The last step in the process shown in the diagram relates to the provisioning of tenant infrastructure. Some SaaS architectures will include dedicated tenant resources. In these scenarios, our onboarding process must provision these new resources before our tenant can be activated.

While the flow represented here could vary depending on the nature of your environment, the concepts represented here are common to the onboarding process. Automating the creation, configuration, and provisioning of tenant resources is fundamental to creating a rich, scalable multi-tenant experience.

SaaS OPS 4: How do you support the need for tenant-specific customizations?

One of the significant challenges SaaS architects face is the need to ensure that all tenants are running the same version of their product. This is especially true for companies that have migrated to SaaS and have grown accustomed to supporting unique customer requirements through one-off versions of their product.

While this might seem tempting, any movement away from a unified customer management, operations, support, and deployment experience directly undermines the overall agility of a SaaS organization. As each new custom environment is introduced, a SaaS organization slowly makes its way to a traditional software model. Ultimately, this ends up eroding the cost, operational efficiency, and general innovation goals that are core the SaaS business model.

The challenge, then, is to find a strategy that allows you to meet these occasional one-off needs without creating a forked version of your product. The compromise here is achieved through the introduction of customization options that are added to the overall offering. So, instead of spinning off a separate version, you’d invest the extra time and effort into figuring out how these new features can be added in a way that makes them available to all customers. Then, through tenant configuration, you can determine which tenants will have these new capabilities enabled.

A common approach to this problem is to use feature flags. Feature flags are commonly used by application developers as a way to have multiple paths of execution in a common code base with flags that enable or disable each of the different capabilities at runtime. This technique, which is often used as a general development strategy, provides an effective way to introduce customization into your SaaS environment. Each feature flag would correlate to a tenant configuration option. This configuration would be evaluated at runtime and influence the features that are enabled for each tenant.
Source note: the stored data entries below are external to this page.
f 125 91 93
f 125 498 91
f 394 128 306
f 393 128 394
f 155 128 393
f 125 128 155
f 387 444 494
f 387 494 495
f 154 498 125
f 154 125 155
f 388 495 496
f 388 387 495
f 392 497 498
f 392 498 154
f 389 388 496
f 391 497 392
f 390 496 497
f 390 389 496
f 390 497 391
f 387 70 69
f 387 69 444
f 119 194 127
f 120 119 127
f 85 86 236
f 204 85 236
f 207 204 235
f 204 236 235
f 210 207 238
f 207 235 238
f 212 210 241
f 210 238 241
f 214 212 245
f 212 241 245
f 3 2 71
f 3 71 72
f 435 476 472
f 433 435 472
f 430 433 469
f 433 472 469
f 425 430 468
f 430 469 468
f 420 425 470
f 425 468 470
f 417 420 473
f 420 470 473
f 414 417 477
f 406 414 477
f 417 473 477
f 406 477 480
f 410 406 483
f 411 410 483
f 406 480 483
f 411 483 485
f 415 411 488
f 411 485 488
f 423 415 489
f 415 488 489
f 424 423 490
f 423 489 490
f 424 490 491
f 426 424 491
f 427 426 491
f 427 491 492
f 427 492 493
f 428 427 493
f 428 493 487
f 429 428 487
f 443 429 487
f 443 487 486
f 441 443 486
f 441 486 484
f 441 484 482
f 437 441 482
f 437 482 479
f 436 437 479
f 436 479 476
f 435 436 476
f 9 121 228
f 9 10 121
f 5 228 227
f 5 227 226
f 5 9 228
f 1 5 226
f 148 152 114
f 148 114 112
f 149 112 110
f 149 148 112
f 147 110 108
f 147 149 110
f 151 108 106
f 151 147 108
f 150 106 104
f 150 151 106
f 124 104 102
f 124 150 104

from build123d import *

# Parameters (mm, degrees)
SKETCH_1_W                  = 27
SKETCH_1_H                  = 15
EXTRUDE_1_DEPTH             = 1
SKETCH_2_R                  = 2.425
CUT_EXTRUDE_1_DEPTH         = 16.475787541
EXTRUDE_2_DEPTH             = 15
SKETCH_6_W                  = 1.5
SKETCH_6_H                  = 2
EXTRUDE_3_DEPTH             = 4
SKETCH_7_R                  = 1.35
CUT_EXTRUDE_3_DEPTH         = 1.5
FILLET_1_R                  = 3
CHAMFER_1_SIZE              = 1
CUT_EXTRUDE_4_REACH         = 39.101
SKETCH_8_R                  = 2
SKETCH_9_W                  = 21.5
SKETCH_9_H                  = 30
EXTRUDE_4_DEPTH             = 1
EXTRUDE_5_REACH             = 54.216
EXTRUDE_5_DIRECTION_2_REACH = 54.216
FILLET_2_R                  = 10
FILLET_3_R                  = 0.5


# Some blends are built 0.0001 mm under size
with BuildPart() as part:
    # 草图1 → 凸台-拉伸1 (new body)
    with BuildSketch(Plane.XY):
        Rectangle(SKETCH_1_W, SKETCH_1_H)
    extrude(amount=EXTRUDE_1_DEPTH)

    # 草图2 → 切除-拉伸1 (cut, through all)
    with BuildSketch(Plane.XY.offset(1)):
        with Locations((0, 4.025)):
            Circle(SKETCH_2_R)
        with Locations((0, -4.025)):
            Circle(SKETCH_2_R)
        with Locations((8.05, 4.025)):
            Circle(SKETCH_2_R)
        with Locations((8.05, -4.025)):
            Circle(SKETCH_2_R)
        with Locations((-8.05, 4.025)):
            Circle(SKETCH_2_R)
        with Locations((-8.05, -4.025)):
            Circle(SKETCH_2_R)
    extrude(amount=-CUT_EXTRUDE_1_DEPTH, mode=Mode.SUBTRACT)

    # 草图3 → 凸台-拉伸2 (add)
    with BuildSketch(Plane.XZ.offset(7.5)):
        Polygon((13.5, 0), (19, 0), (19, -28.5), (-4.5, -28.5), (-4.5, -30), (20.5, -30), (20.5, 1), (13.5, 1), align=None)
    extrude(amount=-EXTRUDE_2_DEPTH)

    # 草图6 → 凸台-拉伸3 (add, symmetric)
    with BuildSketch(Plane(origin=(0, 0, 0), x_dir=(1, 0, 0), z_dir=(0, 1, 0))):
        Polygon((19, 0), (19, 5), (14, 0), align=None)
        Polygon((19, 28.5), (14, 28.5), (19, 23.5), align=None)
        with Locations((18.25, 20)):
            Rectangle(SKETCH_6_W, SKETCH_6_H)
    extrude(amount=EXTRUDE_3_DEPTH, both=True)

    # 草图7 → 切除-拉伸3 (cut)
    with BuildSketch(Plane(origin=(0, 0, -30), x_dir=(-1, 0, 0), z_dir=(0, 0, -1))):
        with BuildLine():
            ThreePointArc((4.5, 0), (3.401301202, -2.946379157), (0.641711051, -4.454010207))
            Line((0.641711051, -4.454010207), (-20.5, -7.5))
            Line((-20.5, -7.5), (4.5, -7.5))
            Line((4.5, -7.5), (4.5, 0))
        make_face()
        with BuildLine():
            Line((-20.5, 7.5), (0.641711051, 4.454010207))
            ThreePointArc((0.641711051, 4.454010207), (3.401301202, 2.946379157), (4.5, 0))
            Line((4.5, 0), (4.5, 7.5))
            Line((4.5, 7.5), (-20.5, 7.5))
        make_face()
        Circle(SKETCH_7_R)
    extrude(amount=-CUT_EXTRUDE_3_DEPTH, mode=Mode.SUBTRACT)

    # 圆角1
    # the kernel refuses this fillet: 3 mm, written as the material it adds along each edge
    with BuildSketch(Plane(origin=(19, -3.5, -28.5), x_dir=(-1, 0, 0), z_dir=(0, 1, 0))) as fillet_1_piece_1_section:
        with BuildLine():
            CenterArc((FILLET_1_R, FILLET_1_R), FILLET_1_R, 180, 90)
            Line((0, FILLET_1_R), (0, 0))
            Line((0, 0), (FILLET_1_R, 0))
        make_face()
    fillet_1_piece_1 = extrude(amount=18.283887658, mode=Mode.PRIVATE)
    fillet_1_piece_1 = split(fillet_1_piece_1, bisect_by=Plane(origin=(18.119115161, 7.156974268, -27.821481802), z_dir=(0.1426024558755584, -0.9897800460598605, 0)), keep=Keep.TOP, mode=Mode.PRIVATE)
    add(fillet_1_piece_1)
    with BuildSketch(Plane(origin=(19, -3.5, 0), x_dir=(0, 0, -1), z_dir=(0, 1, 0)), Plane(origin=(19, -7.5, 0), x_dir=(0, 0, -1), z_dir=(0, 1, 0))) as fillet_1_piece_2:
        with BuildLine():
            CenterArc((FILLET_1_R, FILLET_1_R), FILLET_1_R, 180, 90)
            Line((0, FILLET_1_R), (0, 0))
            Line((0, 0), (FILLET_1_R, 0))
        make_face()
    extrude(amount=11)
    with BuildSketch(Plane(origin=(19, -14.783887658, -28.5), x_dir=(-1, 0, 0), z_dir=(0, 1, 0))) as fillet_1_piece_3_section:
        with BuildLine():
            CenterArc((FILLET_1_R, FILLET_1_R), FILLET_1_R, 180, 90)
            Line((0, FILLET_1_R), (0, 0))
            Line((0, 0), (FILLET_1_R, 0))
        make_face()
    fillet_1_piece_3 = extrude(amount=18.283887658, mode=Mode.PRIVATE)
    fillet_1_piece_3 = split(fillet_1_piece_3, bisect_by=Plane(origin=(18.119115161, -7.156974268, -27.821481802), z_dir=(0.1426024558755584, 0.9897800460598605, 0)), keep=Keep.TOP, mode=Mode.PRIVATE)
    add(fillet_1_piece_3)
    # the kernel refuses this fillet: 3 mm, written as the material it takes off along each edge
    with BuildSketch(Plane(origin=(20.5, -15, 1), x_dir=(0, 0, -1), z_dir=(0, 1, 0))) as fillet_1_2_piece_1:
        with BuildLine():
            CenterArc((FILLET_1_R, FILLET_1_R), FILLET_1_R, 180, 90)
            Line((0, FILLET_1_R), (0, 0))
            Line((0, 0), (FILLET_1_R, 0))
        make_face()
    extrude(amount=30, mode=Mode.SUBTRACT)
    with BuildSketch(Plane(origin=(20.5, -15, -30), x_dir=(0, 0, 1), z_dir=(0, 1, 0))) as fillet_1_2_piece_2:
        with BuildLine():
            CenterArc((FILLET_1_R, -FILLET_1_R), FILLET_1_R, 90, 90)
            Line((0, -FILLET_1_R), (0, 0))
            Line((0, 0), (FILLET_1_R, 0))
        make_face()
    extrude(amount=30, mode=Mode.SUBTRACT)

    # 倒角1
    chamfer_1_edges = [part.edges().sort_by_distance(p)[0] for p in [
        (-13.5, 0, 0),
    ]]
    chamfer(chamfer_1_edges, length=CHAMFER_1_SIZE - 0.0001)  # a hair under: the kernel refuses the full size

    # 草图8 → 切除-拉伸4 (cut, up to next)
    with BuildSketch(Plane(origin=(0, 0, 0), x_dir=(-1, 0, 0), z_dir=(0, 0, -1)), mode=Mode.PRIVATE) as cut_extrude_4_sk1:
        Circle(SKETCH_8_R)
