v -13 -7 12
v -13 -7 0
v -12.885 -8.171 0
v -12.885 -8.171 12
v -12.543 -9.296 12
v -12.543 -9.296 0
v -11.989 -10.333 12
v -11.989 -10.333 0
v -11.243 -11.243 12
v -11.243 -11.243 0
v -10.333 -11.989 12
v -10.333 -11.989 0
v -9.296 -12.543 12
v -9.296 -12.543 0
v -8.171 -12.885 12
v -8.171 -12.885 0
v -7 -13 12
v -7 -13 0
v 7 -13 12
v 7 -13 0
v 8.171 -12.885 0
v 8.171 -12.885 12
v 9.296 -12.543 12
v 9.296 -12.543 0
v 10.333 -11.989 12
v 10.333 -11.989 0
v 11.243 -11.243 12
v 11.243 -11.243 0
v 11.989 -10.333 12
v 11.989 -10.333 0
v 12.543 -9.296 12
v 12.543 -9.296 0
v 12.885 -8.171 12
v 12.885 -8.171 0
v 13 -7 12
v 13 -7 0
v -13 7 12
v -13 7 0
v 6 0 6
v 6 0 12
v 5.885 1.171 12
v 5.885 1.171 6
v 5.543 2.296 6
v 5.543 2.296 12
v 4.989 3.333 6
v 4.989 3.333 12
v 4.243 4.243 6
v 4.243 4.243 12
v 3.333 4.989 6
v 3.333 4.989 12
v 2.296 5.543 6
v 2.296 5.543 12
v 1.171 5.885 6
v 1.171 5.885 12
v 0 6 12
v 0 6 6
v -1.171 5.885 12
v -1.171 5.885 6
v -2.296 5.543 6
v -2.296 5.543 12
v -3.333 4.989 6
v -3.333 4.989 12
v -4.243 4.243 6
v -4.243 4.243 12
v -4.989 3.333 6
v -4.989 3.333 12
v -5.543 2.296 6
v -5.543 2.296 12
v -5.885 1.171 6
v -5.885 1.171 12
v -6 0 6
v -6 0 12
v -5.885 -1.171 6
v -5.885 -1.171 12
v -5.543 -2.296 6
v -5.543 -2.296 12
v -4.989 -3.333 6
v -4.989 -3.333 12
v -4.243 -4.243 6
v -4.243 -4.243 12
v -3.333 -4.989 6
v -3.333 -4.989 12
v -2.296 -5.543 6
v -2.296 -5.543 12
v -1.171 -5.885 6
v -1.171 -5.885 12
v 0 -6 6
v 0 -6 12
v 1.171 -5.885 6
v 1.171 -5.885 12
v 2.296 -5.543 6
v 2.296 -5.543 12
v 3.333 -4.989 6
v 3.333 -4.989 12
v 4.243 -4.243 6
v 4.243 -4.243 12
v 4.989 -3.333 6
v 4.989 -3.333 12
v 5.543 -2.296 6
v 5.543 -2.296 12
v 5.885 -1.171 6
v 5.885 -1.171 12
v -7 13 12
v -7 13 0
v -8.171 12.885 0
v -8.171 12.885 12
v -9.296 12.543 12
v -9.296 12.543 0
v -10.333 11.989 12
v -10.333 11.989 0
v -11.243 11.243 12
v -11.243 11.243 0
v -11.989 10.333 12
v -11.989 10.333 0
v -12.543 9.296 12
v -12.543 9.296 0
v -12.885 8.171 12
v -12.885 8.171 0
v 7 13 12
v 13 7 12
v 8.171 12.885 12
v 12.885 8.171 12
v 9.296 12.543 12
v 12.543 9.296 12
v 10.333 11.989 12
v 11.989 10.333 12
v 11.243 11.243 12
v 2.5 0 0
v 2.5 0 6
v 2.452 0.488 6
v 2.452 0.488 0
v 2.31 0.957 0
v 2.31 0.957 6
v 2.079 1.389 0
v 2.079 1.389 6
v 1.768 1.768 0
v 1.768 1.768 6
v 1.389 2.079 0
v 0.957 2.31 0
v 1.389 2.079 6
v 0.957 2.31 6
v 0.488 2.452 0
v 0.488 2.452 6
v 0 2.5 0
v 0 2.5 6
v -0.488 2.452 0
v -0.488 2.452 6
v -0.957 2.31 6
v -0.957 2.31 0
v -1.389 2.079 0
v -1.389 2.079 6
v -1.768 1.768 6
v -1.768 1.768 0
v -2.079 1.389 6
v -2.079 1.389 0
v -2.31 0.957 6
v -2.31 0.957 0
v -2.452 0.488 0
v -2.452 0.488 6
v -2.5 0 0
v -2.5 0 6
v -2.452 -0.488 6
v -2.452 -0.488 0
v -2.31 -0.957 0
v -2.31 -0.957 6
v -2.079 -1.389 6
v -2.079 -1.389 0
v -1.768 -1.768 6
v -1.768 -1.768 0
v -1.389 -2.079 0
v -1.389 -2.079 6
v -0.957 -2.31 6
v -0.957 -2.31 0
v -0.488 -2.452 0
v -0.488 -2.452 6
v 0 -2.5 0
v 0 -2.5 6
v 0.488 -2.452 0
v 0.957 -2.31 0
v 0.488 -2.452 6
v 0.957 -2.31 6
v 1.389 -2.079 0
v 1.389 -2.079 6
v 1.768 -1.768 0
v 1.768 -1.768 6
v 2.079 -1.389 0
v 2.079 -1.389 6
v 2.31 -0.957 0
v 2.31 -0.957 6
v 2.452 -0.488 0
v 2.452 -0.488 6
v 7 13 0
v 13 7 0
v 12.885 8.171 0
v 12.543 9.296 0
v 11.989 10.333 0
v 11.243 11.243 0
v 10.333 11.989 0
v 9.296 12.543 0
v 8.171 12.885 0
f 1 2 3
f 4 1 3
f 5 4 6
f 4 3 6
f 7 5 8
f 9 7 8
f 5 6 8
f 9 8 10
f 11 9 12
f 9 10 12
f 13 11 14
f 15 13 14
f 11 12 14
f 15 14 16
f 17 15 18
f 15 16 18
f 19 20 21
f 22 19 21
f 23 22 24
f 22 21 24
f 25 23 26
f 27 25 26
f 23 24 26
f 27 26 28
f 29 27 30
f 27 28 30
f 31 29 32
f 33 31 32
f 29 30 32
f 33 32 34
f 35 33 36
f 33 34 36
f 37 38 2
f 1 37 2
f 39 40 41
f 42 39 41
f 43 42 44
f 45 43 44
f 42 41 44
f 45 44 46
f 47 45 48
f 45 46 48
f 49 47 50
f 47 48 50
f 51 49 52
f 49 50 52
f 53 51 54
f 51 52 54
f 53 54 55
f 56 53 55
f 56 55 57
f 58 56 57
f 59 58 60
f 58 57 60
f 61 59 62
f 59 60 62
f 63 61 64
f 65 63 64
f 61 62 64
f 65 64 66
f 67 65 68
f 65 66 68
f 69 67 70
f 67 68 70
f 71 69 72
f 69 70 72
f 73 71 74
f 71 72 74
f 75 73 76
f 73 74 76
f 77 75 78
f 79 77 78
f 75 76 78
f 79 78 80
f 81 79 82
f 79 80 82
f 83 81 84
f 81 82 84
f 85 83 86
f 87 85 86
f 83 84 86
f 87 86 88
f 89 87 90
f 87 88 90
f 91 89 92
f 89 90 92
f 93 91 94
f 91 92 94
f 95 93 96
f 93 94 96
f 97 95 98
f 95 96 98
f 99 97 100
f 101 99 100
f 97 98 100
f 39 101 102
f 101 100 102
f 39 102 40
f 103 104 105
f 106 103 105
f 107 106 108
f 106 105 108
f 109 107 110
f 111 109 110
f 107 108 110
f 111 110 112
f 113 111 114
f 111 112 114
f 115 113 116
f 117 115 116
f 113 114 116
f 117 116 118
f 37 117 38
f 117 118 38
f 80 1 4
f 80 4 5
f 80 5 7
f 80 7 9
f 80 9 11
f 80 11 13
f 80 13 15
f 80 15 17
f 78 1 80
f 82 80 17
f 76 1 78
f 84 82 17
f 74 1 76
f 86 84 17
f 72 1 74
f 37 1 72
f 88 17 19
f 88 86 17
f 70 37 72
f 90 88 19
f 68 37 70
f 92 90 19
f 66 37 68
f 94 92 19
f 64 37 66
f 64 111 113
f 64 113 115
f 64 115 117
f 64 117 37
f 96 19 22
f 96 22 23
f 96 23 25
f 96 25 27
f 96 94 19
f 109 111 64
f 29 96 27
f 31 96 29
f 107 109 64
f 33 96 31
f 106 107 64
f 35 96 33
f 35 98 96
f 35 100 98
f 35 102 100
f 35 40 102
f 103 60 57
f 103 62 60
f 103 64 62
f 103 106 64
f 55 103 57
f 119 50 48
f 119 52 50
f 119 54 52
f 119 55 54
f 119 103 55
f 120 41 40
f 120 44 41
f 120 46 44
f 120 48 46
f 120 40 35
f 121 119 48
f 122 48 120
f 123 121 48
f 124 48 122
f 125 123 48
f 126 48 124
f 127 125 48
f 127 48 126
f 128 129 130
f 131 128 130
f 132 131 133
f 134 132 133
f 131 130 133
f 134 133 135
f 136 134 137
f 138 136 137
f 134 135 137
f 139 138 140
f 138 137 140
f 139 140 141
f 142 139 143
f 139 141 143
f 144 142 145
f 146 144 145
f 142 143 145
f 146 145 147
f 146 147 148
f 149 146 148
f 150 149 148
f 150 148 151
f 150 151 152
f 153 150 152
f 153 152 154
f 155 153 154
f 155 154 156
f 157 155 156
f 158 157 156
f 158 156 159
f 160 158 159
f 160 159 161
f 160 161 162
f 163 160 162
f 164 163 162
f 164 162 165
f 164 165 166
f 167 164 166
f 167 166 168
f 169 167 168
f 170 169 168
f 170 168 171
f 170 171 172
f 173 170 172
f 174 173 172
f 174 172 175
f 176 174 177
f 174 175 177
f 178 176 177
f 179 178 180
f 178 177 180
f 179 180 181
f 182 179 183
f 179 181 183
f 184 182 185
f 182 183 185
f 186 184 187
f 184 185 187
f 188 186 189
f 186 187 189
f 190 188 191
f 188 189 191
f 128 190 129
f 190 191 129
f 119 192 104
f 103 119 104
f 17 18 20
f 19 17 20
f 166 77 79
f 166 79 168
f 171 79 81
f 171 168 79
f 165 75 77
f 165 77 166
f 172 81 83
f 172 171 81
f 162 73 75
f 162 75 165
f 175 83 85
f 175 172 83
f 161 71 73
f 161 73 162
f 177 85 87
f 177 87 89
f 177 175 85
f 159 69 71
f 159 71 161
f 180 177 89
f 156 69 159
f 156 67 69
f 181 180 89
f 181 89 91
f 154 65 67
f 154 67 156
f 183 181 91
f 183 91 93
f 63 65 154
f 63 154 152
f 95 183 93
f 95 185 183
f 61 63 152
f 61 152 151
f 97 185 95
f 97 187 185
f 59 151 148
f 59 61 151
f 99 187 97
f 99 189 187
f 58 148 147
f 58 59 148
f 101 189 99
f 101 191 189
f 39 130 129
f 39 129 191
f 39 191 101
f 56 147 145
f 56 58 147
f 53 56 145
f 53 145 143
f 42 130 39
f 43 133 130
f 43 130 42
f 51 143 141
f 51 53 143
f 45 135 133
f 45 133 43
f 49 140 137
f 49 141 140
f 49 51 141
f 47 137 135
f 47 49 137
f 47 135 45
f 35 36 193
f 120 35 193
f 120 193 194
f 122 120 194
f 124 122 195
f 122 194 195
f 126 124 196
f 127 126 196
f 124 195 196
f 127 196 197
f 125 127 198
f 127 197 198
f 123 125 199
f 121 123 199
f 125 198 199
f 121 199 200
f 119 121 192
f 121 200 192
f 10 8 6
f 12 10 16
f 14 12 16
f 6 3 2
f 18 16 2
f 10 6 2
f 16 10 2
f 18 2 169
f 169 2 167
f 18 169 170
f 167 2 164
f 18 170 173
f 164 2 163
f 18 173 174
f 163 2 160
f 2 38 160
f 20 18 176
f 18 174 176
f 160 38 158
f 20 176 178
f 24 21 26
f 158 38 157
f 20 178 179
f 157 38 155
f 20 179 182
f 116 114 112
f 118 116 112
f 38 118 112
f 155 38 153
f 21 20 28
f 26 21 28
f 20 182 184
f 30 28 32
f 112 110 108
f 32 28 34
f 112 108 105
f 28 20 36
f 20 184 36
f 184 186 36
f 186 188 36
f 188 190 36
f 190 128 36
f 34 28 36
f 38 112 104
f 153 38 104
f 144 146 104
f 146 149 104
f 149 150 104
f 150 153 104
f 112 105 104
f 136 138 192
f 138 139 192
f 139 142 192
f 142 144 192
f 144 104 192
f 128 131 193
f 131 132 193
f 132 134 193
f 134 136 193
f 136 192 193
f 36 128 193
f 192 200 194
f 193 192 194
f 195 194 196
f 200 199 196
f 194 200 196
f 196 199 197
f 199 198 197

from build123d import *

# Parameters (mm, degrees)
F1_DEPTH = 12
F2_R     = 6
F3_DEPTH = 6
F4_R     = 2.5
F5_DEPTH = 31.5


with BuildPart() as f1:
    # F0 (on Top) → F1 (new body)
    with BuildSketch(Plane.XY):
        with BuildLine():
            Line((-7, -13), (7, -13))
            ThreePointArc((7, -13), (11.242641, -11.242641), (13, -7))
            Line((13, -7), (13, 7))
            ThreePointArc((13, 7), (11.242641, 11.242641), (7, 13))
            Line((7, 13), (-7, 13))
            ThreePointArc((-7, 13), (-11.242641, 11.242641), (-13, 7))
            Line((-13, 7), (-13, -7))
            ThreePointArc((-13, -7), (-11.242641, -11.242641), (-7, -13))
        make_face()
    extrude(amount=F1_DEPTH)

    # F2 (on face) → F3 (cut)
    with BuildSketch(Plane.XY.offset(12)):
        Circle(F2_R)
    extrude(amount=-F3_DEPTH, mode=Mode.SUBTRACT)

    # F4 (on face) → F5 (cut)
    with BuildSketch(Plane.XY.offset(6)):
        Circle(F4_R)
    extrude(amount=-F5_DEPTH, mode=Mode.SUBTRACT)


solid = f1.part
The diagram in Figure 14 provides a conceptual view of how these flags would be applied. A series of flags will be turned on and off for individual tenants, determining which capabilities are enabled for a tenant. These configuration options would be changed as a tenant signs up for new features of a SaaS offering. In some cases, these flags can be associated with tiers (instead of individual tenants).

Figure 14: Managing tenant needs with feature flags

Feature flags are just one way to achieve this. The key takeaway here is that—even if a single tenant needs a unique feature—that feature should be introduced as a customization to the core platform. How you apply that customization can vary based on the stack and design of your system. The intent is to ensure that we can deploy and manage a single version of our product.
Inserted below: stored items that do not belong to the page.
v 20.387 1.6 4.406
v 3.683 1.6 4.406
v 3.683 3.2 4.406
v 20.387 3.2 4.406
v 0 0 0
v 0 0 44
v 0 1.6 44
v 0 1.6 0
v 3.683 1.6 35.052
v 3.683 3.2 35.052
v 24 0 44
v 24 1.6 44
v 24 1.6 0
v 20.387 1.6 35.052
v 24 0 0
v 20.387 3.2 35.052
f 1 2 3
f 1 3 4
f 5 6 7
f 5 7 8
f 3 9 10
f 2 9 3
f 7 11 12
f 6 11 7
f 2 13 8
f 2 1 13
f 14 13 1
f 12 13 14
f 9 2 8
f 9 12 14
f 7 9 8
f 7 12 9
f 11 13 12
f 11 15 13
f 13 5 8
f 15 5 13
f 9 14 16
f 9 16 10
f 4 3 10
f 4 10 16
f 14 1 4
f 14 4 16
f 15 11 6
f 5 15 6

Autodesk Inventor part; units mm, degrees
ref_plane "YZ Plane" through (0, 0, 0) normal (1, 0, 0) x (0, 1, 0)
ref_plane "XZ Plane" through (0, 0, 0) normal (0, 1, 0) x (-1, 0, 0)
ref_plane "XY Plane" through (0, 0, 0) normal (0, 0, 1) x (1, 0, 0)
sketch "Sketch1" plane through (0, 0, 0) normal (0, 1, 0) x (-1, 0, 0)
  line L0 (0, 0) -> (-24, 0)
  line L1 (-24, 0) -> (-24, 44)
  line L2 (-24, 44) -> (0, 44)
  line L3 (0, 44) -> (0, 0)
  dimension "d0" = 24
  dimension "d1" = 44
extrude "Extrusion1" add sketch "Sketch1" along normal blind 1.6
sketch "Sketch3" plane through (0, 1.6, 0) normal (0, 1, 0) x (1, 0, 0)
  line L0 (3.6828, -4.4062) -> (20.3867, -4.4062)
  line L1 (20.3867, -4.4062) -> (20.3867, -35.052)
  line L2 (20.3867, -35.052) -> (3.6828, -35.052)
  line L3 (3.6828, -35.052) -> (3.6828, -4.4062)
  line L4 (4.8665, -37.9456) -> (18.6769, -37.9456)
  line L5 (18.6769, -37.9456) -> (18.6769, -41.7599)
  line L6 (18.6769, -41.7599) -> (4.8665, -41.7599)
  line L7 (4.8665, -41.7599) -> (4.8665, -37.9456)
  point P0 (0, 0)
extrude "Extrusion3" add sketch "Sketch3" along normal blind 1.6 contours L0 L1 L2 L3
sketch "Sketch4" plane through (0, 1.6, 0) normal (0, 1, 0) x (1, 0, 0)
  point P0 (0, 0)
properties part number "Gyro"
While this can be a powerful construct, it should be applied with caution. If, by introducing feature flags, you create a complex maze of options that end up presenting every tenant a unique experience, your system will quickly become unmanageable. Try to be selective about how and when you introduce these flags. As a rule of thumb, the business should not see this as a sales tool that enables the organization to offer one-off customizations to new customers.